21. Export White stripe data
Hive-e "Select Day_id,pv,uv,ip_count,click_next_count,second_bounce_rate,return_visit,pg_type from Tmp.tmp_h02_ Click_log_baitiao_ag_sum where day_id like ' 2014-03% '; >/home/jrjt/testan/baitiao.xlsx;

22.hive Modifying table names
ALTER TABLE o_h02_click_log_i RENAME to O_H02_CLICK_LOG_I_BK;

23.hive Copy table structure
CREATE TABLE d_h02_click_log_baitiao_ag_sum like tmp.tmp_h02_click_log_baitiao_ag_sum;

24.hive Add Field
ALTER TABLE tmp_h02_click_log_baitiao_ag_sum Add columns (current_session_timelenth_count bigint comment ' page total length of stay ');
ALTER TABLE tmp_h02_click_log_baitiao Change current_session_timelenth current_session_timelenth bigint comment ' Current session dwell time ';

25.hive Open Simple mode does not enable Mr
Set Hive.fetch.task.conversion=more;

26. Output input table and input partition messages that execute statements are read in JSON format
Explain Dependency Query

Contact Us

The content source of this page is from Internet, which doesn't represent Alibaba Cloud's opinion; products and services mentioned on that page don't have any relationship with Alibaba Cloud. If the content of the page makes you feel confusing, please write us an email, we will handle the problem within 5 days after receiving your email.

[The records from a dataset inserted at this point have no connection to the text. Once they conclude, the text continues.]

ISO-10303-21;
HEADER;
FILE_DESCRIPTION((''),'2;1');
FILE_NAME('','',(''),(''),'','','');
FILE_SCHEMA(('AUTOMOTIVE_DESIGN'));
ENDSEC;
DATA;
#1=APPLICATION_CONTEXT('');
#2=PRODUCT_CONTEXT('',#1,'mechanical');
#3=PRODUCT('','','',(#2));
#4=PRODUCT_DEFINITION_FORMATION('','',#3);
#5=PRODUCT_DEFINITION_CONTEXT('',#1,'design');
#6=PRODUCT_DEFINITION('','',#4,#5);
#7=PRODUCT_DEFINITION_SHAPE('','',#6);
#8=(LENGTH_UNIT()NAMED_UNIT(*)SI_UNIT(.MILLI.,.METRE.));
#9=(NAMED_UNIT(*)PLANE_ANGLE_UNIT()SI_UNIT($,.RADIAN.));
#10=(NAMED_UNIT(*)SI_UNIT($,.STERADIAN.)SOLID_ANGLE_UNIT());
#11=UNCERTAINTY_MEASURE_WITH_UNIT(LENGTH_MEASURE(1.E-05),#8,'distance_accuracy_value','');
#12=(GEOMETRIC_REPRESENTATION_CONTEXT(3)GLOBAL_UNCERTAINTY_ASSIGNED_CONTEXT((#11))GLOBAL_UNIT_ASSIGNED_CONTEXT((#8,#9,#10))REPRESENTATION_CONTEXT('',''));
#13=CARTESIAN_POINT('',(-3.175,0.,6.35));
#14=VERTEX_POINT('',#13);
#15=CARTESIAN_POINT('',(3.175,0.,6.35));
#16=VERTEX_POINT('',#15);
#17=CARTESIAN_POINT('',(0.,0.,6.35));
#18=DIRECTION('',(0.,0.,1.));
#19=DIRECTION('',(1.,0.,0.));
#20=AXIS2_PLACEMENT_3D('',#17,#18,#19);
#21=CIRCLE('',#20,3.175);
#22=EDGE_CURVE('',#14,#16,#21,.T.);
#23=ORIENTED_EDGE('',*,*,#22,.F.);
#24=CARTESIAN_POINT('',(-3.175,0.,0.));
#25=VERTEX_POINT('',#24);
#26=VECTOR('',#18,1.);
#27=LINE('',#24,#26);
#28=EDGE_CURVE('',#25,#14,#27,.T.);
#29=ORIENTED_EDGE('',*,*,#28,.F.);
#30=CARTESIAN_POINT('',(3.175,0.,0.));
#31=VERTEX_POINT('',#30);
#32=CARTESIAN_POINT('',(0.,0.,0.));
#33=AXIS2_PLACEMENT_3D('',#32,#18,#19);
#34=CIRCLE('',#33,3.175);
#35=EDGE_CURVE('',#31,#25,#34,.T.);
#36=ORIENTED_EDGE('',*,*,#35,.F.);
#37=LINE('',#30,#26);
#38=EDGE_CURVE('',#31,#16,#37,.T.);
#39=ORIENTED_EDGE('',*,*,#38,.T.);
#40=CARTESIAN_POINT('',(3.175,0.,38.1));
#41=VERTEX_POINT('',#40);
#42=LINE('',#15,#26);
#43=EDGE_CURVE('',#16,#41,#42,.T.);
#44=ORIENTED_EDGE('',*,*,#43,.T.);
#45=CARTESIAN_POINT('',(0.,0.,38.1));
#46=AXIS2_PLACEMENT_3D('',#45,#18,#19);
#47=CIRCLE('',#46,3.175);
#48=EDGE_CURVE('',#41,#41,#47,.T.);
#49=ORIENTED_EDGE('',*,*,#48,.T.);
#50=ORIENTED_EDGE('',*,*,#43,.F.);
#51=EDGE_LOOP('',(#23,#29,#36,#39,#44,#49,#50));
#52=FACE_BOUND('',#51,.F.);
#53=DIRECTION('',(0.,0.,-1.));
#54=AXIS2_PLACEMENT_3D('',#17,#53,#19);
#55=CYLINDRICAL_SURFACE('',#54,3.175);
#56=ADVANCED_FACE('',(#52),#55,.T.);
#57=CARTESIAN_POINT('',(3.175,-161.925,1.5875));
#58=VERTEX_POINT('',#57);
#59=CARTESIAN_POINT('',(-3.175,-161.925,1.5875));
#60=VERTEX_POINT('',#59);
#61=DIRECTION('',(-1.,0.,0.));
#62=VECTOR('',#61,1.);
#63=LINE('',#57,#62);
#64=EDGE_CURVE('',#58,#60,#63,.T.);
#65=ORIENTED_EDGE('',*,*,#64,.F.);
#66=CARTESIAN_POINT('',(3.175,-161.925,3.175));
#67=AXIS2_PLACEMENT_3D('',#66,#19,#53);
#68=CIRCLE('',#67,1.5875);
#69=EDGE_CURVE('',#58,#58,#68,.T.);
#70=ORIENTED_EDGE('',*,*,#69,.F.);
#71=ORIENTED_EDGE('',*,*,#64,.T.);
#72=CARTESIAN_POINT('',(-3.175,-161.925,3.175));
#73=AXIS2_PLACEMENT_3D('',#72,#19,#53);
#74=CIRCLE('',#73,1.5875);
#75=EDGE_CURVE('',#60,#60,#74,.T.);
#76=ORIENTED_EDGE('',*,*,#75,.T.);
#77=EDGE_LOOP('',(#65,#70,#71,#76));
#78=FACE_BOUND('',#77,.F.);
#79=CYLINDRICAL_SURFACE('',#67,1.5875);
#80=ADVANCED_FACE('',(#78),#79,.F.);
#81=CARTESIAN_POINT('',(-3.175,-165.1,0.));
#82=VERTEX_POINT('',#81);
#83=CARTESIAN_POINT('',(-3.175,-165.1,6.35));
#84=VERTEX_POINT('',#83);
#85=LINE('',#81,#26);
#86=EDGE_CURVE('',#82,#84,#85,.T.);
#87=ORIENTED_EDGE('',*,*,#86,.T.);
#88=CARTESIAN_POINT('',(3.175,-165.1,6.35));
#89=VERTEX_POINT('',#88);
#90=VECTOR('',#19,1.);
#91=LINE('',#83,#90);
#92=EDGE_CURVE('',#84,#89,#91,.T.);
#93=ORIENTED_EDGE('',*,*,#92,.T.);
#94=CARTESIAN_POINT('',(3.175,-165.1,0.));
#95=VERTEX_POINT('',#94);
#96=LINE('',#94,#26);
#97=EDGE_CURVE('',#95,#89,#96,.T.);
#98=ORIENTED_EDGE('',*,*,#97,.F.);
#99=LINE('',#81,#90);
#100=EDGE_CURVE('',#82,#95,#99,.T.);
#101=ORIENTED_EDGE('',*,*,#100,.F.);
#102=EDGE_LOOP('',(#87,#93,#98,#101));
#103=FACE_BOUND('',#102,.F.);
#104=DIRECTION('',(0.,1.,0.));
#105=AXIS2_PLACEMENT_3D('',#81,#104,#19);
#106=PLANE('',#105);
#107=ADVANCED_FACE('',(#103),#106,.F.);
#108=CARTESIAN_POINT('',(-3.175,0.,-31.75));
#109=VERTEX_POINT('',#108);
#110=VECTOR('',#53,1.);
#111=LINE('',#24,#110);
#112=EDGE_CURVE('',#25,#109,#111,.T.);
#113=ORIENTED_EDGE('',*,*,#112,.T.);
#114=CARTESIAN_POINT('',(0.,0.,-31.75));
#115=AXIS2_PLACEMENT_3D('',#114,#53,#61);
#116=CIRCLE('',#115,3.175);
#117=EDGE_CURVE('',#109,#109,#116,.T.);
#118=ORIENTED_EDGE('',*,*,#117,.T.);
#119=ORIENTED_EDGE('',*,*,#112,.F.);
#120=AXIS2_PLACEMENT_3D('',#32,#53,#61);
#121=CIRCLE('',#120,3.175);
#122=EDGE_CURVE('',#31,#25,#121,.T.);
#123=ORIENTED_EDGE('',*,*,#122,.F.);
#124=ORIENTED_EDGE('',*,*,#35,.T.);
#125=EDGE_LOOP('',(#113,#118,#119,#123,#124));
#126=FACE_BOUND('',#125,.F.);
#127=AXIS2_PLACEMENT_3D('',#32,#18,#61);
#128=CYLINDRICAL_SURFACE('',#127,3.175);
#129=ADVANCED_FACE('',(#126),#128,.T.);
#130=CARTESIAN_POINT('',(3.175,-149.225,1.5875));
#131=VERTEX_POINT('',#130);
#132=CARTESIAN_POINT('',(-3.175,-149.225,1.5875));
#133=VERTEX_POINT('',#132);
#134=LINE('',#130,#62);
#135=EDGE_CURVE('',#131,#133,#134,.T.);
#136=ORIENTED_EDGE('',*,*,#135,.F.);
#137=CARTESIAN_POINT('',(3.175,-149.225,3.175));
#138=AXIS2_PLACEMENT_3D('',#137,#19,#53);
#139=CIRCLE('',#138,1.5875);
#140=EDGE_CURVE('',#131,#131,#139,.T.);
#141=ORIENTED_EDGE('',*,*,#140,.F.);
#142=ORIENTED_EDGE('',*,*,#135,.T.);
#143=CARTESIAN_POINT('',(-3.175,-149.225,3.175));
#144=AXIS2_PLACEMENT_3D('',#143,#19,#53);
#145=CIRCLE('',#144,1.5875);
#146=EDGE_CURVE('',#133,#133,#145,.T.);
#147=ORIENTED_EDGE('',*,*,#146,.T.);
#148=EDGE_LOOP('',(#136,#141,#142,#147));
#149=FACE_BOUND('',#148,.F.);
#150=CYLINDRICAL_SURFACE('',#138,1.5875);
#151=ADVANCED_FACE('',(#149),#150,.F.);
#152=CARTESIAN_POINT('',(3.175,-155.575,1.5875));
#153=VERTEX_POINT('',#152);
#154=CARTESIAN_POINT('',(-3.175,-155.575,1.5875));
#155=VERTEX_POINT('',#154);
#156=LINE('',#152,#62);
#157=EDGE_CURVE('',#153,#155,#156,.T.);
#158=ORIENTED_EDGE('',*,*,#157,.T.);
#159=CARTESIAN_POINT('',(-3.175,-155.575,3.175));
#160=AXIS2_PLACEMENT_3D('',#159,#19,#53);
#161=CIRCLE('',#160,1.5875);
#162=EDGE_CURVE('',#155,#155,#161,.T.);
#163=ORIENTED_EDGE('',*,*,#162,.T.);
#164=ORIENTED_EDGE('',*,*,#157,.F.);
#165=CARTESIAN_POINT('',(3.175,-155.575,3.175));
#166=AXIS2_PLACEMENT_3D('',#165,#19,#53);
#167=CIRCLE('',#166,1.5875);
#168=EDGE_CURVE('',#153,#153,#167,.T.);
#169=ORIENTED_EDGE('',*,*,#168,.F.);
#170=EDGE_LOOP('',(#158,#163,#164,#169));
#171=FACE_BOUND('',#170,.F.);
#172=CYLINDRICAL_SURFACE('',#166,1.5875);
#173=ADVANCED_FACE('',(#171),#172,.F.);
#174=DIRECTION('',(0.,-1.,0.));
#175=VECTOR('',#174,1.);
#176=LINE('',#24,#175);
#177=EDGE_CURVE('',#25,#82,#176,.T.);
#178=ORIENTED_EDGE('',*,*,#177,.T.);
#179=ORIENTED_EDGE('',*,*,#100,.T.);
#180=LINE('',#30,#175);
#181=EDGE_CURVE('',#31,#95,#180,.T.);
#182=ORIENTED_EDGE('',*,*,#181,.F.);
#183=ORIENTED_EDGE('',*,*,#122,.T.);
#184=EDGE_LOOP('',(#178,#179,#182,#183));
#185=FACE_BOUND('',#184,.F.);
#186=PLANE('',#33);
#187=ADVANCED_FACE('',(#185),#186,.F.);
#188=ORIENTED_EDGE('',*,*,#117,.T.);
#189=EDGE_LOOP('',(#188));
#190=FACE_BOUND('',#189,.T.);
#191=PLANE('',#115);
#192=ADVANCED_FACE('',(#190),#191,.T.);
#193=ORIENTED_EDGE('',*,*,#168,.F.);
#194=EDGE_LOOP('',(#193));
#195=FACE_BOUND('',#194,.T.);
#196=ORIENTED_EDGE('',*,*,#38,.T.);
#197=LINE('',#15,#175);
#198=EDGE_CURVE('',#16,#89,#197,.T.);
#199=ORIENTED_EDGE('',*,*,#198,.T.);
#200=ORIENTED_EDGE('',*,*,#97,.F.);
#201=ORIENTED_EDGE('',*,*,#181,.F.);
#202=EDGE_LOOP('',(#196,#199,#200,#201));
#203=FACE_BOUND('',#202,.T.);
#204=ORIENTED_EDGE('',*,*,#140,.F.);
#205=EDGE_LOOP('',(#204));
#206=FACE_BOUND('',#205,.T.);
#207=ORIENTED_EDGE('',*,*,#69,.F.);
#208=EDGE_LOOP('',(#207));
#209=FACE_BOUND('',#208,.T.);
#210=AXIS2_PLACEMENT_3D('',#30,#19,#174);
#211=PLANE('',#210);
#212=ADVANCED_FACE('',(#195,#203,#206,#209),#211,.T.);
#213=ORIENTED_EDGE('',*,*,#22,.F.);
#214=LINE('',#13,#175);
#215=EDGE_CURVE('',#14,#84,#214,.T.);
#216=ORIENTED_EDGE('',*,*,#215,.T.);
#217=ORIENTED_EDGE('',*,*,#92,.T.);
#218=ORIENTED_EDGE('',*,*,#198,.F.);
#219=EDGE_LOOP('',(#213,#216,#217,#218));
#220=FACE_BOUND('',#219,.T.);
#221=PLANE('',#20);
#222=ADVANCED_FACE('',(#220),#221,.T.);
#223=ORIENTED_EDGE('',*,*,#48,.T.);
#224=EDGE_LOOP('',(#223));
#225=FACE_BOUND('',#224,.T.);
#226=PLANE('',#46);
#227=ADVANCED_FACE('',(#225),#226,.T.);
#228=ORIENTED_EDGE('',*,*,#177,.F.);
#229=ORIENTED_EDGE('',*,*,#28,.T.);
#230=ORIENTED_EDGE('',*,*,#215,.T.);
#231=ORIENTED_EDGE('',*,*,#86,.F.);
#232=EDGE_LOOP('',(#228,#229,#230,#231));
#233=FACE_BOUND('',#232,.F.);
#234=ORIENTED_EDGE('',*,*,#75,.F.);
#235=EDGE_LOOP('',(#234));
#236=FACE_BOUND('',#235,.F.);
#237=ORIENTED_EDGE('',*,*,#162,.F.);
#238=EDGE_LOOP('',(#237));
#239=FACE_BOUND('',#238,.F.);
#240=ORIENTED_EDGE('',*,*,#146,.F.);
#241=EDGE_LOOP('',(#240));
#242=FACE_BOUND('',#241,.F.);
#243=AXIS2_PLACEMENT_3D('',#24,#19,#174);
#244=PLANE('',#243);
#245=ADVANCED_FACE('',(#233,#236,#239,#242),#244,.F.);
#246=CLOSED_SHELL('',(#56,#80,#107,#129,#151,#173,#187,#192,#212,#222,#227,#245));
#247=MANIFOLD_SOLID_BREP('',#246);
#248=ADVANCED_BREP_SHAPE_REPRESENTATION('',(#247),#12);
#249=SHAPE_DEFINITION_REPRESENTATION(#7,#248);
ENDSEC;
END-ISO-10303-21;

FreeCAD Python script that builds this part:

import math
import FreeCAD as App
import Part
import Sketcher

V = App.Vector
Q = App.Units.Quantity

doc = App.newDocument("Part")
body = doc.addObject("PartDesign::Body", "Body")

sketch1 = body.newObject("Sketcher::SketchObject", "Sketch")
sketch1.AttachmentSupport = (doc.getObject("XY_Plane"), [""])
sketch1.MapMode = "FlatFace"
sketch1.addGeometry([
    Part.ArcOfCircle(Part.Circle(V(0, 0, 0), V(0, 0, 1), 3.2), math.radians(0), math.radians(180)),
    Part.LineSegment(V(-3.2, 0, 0), V(-3.2, -165.1, 0)),
    Part.LineSegment(V(-3.2, -165.1, 0), V(3.2, -165.1, 0)),
    Part.LineSegment(V(3.2, -165.1, 0), V(3.2, 0, 0)),
], False)
sketch1.addConstraint([
    Sketcher.Constraint("Tangent", 0, 2, 1, 1),
    Sketcher.Constraint("Coincident", 1, 2, 2, 1),
    Sketcher.Constraint("Coincident", 2, 2, 3, 1),
    Sketcher.Constraint("Tangent", 3, 2, 0, 1),
    Sketcher.Constraint("Vertical", 1),
    Sketcher.Constraint("Horizontal", 2),
    Sketcher.Constraint("Vertical", 3),
    Sketcher.Constraint("Coincident", 0, 3, -1, 1),
    Sketcher.Constraint("DistanceY", 1, 2, 1, 1, Q("6.5 in")),
    Sketcher.Constraint("Radius", 0, Q("0.125 in")),
])
pad1 = body.newObject("PartDesign::Pad", "Pad")
pad1.Profile = sketch1
pad1.Length = Q("0.25 in")

sketch2 = body.newObject("Sketcher::SketchObject", "Sketch001")
sketch2.AttachmentSupport = (doc.getObject("XY_Plane"), [""])
sketch2.MapMode = "FlatFace"
sketch2.AttachmentOffset = App.Placement(V(0, 0, 0.25 * 25.4), App.Rotation())
sketch2.addGeometry(Part.Circle(V(0, 0, 0), V(0, 0, 1), 3.2), False)
sketch2.addConstraint([
    Sketcher.Constraint("Coincident", 0, 3, -1, 1),
    Sketcher.Constraint("Diameter", 0, Q("0.25 in")),
])
pad2 = body.newObject("PartDesign::Pad", "Pad001")
pad2.Profile = sketch2
pad2.Length = Q("1.25 in")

If you find any instances of plagiarism from the community, please send an email to: info-contact@alibabacloud.com and provide relevant evidence. A staff member will contact you within 5 working days.

A Free Trial That Lets You Build Big!

Start building with 50+ products and up to 12 months usage for Elastic Compute Service

  • Sales Support

    1 on 1 presale consultation

  • After-Sales Support

    24/7 Technical Support 6 Free Tickets per Quarter Faster Response

  • Alibaba Cloud offers highly flexible support services tailored to meet your exact needs.